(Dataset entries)
:::::
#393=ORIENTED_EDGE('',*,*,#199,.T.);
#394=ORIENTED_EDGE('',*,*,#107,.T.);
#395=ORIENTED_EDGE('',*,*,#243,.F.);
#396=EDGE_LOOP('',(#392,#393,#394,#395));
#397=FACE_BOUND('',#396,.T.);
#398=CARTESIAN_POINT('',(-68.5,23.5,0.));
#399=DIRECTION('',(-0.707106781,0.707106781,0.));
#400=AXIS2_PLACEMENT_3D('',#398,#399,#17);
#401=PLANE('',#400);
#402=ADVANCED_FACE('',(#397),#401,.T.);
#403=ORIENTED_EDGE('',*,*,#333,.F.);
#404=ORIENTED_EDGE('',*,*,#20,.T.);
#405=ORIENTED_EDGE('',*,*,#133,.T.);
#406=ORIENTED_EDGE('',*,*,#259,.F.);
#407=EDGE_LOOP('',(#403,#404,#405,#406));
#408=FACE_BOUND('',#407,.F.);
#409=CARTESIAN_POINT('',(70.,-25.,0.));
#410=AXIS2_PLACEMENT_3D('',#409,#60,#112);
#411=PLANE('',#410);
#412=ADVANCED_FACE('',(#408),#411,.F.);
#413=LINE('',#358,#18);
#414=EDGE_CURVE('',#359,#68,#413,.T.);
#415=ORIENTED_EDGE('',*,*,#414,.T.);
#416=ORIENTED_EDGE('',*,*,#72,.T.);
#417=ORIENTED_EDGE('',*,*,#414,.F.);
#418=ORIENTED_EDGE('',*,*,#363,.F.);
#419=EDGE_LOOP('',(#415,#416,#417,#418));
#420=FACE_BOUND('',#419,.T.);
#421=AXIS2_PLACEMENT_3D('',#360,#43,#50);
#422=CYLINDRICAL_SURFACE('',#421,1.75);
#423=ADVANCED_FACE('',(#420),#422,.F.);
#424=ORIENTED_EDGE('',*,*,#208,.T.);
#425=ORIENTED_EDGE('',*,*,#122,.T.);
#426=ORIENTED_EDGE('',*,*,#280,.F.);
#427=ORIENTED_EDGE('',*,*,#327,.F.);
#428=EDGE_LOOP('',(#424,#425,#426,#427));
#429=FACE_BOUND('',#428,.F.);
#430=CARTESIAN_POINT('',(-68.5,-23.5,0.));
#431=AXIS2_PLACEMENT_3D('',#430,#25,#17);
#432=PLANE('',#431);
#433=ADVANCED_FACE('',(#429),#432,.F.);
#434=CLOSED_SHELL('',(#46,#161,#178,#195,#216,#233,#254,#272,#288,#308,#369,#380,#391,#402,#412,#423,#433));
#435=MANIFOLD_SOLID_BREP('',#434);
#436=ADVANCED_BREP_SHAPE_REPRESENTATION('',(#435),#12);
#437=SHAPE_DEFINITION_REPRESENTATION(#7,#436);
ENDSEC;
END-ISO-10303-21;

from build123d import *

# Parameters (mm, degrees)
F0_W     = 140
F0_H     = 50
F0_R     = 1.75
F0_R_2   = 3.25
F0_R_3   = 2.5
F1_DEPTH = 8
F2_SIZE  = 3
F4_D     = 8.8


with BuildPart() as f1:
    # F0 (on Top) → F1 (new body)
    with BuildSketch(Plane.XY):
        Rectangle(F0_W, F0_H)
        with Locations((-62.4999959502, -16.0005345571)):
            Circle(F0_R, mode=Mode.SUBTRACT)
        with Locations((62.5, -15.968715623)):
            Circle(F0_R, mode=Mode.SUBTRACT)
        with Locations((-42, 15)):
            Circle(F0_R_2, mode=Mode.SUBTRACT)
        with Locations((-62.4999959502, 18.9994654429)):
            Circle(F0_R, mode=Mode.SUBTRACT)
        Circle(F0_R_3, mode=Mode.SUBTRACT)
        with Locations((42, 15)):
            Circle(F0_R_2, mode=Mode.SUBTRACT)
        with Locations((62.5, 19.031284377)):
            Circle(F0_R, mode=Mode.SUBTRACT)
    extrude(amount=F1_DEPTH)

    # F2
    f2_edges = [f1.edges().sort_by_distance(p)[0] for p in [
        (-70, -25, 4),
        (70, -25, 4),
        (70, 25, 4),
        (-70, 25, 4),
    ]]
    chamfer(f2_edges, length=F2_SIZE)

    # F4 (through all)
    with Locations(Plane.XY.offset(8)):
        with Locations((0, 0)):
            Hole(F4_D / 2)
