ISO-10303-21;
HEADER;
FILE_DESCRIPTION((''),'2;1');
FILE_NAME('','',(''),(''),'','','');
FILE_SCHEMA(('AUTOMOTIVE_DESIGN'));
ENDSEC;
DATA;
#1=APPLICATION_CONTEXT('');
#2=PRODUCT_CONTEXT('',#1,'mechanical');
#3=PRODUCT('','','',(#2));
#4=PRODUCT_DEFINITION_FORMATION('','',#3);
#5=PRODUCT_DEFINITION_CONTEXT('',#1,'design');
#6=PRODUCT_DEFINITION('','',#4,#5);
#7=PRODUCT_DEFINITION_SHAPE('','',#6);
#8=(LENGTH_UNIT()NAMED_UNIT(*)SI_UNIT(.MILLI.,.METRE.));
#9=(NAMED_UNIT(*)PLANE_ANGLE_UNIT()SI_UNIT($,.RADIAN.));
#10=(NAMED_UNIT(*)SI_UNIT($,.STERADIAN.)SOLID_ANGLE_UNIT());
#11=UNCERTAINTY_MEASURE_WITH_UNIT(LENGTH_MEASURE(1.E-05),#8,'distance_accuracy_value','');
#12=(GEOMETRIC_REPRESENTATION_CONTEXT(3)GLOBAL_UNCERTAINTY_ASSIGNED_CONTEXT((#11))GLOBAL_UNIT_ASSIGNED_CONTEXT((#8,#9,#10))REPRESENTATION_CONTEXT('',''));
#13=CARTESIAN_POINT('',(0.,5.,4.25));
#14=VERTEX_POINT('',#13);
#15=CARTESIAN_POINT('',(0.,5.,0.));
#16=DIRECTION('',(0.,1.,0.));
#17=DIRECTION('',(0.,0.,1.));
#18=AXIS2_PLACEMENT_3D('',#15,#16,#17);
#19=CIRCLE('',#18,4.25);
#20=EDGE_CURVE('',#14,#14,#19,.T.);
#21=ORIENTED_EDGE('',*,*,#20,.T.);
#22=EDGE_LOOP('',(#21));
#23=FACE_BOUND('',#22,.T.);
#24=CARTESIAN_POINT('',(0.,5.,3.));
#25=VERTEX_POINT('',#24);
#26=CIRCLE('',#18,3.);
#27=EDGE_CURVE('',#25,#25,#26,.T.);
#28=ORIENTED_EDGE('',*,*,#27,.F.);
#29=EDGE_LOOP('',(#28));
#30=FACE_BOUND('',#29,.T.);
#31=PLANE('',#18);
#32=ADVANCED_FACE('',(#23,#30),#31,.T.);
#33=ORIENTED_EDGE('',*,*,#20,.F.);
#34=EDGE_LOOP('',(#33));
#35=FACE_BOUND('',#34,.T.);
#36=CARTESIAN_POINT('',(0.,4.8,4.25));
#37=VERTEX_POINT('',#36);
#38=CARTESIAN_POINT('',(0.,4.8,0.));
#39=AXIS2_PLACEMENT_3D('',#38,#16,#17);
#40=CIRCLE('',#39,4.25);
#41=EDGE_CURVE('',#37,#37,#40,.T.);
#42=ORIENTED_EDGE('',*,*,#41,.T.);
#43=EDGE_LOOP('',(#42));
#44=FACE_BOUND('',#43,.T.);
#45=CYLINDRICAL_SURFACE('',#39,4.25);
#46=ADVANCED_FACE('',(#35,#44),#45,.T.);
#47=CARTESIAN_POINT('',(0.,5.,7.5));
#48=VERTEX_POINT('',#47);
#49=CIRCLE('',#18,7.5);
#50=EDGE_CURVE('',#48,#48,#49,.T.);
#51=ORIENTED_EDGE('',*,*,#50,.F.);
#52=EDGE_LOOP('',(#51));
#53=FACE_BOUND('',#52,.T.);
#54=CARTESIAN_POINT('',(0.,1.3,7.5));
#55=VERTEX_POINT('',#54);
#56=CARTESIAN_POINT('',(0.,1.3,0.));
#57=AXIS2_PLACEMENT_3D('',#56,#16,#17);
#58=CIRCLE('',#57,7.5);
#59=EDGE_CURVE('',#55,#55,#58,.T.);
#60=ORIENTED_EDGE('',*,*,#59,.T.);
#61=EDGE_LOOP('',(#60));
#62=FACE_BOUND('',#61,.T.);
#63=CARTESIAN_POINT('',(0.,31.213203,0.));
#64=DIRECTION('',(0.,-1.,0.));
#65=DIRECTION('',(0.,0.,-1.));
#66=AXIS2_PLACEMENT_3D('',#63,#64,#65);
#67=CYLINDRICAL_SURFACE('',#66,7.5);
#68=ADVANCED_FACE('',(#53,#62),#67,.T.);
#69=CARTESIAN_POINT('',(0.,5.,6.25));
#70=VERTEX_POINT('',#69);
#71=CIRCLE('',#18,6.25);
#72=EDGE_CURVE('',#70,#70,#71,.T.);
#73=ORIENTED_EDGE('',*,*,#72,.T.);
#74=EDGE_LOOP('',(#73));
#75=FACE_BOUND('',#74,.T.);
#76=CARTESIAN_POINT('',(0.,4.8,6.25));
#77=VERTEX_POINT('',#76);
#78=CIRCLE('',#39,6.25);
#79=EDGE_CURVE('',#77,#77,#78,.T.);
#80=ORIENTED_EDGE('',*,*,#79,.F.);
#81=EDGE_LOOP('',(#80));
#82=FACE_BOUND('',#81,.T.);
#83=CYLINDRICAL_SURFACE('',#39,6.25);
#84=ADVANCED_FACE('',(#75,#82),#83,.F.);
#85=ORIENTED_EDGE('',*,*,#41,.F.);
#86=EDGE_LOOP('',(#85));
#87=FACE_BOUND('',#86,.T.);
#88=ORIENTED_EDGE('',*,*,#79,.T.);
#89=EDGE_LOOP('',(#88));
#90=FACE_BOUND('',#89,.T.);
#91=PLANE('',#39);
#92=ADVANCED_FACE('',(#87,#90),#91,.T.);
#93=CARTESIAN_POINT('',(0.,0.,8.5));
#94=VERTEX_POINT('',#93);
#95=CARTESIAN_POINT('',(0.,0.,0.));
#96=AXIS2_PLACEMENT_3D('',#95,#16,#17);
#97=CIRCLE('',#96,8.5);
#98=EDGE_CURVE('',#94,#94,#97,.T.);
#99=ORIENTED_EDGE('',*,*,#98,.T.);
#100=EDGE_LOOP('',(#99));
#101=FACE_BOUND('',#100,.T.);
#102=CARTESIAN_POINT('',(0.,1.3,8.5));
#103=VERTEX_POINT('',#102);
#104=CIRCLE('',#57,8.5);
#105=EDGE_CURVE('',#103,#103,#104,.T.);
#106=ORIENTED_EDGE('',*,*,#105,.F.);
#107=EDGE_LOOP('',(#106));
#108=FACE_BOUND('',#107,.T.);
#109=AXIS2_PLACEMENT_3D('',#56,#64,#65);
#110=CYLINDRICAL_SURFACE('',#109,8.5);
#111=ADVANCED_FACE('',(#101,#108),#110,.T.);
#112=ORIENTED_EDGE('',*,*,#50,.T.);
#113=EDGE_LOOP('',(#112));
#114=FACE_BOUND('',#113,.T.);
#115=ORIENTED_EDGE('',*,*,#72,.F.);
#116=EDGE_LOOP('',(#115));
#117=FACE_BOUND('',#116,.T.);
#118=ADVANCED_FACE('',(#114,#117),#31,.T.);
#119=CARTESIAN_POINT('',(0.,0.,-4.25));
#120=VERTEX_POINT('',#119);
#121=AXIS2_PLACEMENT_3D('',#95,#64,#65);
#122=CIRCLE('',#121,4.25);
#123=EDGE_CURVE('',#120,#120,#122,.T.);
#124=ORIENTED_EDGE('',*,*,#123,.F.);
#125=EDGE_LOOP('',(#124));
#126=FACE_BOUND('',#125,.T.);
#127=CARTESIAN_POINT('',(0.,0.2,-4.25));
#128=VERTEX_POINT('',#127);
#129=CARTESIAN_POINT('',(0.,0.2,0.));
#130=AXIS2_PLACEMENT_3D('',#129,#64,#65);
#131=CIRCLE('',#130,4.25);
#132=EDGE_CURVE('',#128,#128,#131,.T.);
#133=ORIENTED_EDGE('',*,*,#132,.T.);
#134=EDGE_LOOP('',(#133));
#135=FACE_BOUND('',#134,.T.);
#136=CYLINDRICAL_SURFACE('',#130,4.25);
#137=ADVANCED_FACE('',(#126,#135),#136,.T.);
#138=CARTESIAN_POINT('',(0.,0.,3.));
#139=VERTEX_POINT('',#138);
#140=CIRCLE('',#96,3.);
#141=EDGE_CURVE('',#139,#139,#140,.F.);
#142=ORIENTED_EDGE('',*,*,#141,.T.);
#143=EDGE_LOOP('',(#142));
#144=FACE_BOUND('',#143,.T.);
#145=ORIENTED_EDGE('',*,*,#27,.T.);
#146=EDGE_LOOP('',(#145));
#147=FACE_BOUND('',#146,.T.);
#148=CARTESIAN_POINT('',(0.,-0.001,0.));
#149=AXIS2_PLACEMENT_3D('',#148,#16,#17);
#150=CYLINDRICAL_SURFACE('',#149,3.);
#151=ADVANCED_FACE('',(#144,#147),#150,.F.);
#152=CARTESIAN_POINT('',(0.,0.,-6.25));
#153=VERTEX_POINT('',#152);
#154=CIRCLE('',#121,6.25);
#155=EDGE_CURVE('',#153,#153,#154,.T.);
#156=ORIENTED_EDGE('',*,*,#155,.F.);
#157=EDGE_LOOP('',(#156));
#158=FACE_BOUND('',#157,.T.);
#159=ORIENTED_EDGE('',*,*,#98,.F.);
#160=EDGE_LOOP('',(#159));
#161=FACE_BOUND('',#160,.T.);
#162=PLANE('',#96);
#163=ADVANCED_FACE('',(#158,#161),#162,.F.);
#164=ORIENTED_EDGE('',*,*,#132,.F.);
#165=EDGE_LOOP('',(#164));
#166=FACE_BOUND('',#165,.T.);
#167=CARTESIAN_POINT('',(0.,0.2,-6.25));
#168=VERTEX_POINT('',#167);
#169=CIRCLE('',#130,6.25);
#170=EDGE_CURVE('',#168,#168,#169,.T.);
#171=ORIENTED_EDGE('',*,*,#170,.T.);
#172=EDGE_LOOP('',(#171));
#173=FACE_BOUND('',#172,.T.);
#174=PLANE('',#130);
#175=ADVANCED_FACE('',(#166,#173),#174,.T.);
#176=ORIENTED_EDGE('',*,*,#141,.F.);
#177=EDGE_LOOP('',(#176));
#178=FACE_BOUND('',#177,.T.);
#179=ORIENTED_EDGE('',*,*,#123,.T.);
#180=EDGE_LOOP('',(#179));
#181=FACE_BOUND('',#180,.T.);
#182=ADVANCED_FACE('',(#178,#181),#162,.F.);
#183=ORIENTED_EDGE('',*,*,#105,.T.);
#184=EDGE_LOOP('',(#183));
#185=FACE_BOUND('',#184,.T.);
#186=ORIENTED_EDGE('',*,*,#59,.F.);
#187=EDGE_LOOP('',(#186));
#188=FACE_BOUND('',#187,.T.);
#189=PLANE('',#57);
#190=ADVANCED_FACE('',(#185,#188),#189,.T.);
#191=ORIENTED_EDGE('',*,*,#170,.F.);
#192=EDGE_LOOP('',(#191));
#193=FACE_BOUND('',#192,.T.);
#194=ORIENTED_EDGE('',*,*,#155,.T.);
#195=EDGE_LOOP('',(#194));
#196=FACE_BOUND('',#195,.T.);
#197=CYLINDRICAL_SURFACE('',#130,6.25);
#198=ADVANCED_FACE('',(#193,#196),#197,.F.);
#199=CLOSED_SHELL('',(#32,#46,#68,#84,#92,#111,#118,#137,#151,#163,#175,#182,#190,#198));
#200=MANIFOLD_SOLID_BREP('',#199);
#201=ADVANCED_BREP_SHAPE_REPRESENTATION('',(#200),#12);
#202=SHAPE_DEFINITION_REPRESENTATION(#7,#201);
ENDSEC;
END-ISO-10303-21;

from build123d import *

# Parameters (mm, degrees)
SKETCH_1_R          = 8.5
EXTRUDE_1_DEPTH     = 1.3
SKETCH_2_R          = 7.5
EXTRUDE_2_DEPTH     = 3.7
CUT_EXTRUDE_1_REACH = 15.019
SKETCH_3_R          = 3
SKETCH_4_R          = 6.25
SKETCH_4_R_2        = 4.25
CUT_EXTRUDE_2_DEPTH = 0.2
CUT_EXTRUDE_START   = -0.2
SKETCH_5_R          = 6.25
SKETCH_5_R_2        = 4.25
CUT_EXTRUDE_3_DEPTH = 0.2


with BuildPart() as part:
    # 草图1 → 凸台-拉伸1 (new body)
    with BuildSketch(Plane(origin=(0, 0, 0), x_dir=(1, 0, 0), z_dir=(0, 1, 0))):
        with Locations(Location((0, 0, 0), (0, 0, 270))):
            Circle(SKETCH_1_R)
    extrude(amount=EXTRUDE_1_DEPTH)

    # 草图2 → 凸台-拉伸2 (add)
    with BuildSketch(Plane(origin=(0, 1.3, 0), x_dir=(1, 0, 0), z_dir=(0, 1, 0))):
        with Locations(Location((0, 0, 0), (0, 0, 270))):
            Circle(SKETCH_2_R)
    extrude(amount=EXTRUDE_2_DEPTH)

    # 草图3 → 切除-拉伸1 (cut, up to next)
    with BuildSketch(Plane(origin=(0, 5, 0), x_dir=(1, 0, 0), z_dir=(0, 1, 0)), mode=Mode.PRIVATE) as cut_extrude_1_sk1:
        with Locations(Location((0, 0, 0), (0, 0, 270))):
            Circle(SKETCH_3_R)
    cut_extrude_1_tool1 = extrude(cut_extrude_1_sk1.sketch, amount=-CUT_EXTRUDE_1_REACH, mode=Mode.PRIVATE) & part.part
    add(cut_extrude_1_tool1.solids().sort_by_distance((0, 5, 0))[0], mode=Mode.SUBTRACT)

    # 草图4 → 切除-拉伸2 (cut)
    with BuildSketch(Plane(origin=(0, 5, 0), x_dir=(1, 0, 0), z_dir=(0, 1, 0))):
        with Locations(Location((0, 0, 0), (0, 0, 270))):
            Circle(SKETCH_4_R)
        with Locations(Location((0, 0, 0), (0, 0, 270))):
            Circle(SKETCH_4_R_2, mode=Mode.SUBTRACT)
    extrude(amount=-CUT_EXTRUDE_2_DEPTH, mode=Mode.SUBTRACT)

    # 草图5 → 切除-拉伸3 (cut)
    with BuildSketch(Plane.XZ.offset(CUT_EXTRUDE_START)):
        with Locations(Location((0, 0, 0), (0, 0, 90))):
            Circle(SKETCH_5_R)
        with Locations(Location((0, 0, 0), (0, 0, 90))):
            Circle(SKETCH_5_R_2, mode=Mode.SUBTRACT)
    extrude(amount=CUT_EXTRUDE_3_DEPTH, mode=Mode.SUBTRACT)


solid = part.part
:::::
__What this task involves__
Copy range, inclusive: the line holding "#146=EDGE_LOOP('',(#145));" to the line holding "#195=EDGE_LOOP('',(#194));". Reproduce exactly those lines of the records above and no others.

__Reply to the task__
#146=EDGE_LOOP('',(#145));
#147=FACE_BOUND('',#146,.T.);
#148=CARTESIAN_POINT('',(0.,-0.001,0.));
#149=AXIS2_PLACEMENT_3D('',#148,#16,#17);
#150=CYLINDRICAL_SURFACE('',#149,3.);
#151=ADVANCED_FACE('',(#144,#147),#150,.F.);
#152=CARTESIAN_POINT('',(0.,0.,-6.25));
#153=VERTEX_POINT('',#152);
#154=CIRCLE('',#121,6.25);
#155=EDGE_CURVE('',#153,#153,#154,.T.);
#156=ORIENTED_EDGE('',*,*,#155,.F.);
#157=EDGE_LOOP('',(#156));
#158=FACE_BOUND('',#157,.T.);
#159=ORIENTED_EDGE('',*,*,#98,.F.);
#160=EDGE_LOOP('',(#159));
#161=FACE_BOUND('',#160,.T.);
#162=PLANE('',#96);
#163=ADVANCED_FACE('',(#158,#161),#162,.F.);
#164=ORIENTED_EDGE('',*,*,#132,.F.);
#165=EDGE_LOOP('',(#164));
#166=FACE_BOUND('',#165,.T.);
#167=CARTESIAN_POINT('',(0.,0.2,-6.25));
#168=VERTEX_POINT('',#167);
#169=CIRCLE('',#130,6.25);
#170=EDGE_CURVE('',#168,#168,#169,.T.);
#171=ORIENTED_EDGE('',*,*,#170,.T.);
#172=EDGE_LOOP('',(#171));
#173=FACE_BOUND('',#172,.T.);
#174=PLANE('',#130);
#175=ADVANCED_FACE('',(#166,#173),#174,.T.);
#176=ORIENTED_EDGE('',*,*,#141,.F.);
#177=EDGE_LOOP('',(#176));
#178=FACE_BOUND('',#177,.T.);
#179=ORIENTED_EDGE('',*,*,#123,.T.);
#180=EDGE_LOOP('',(#179));
#181=FACE_BOUND('',#180,.T.);
#182=ADVANCED_FACE('',(#178,#181),#162,.F.);
#183=ORIENTED_EDGE('',*,*,#105,.T.);
#184=EDGE_LOOP('',(#183));
#185=FACE_BOUND('',#184,.T.);
#186=ORIENTED_EDGE('',*,*,#59,.F.);
#187=EDGE_LOOP('',(#186));
#188=FACE_BOUND('',#187,.T.);
#189=PLANE('',#57);
#190=ADVANCED_FACE('',(#185,#188),#189,.T.);
#191=ORIENTED_EDGE('',*,*,#170,.F.);
#192=EDGE_LOOP('',(#191));
#193=FACE_BOUND('',#192,.T.);
#194=ORIENTED_EDGE('',*,*,#155,.T.);
#195=EDGE_LOOP('',(#194));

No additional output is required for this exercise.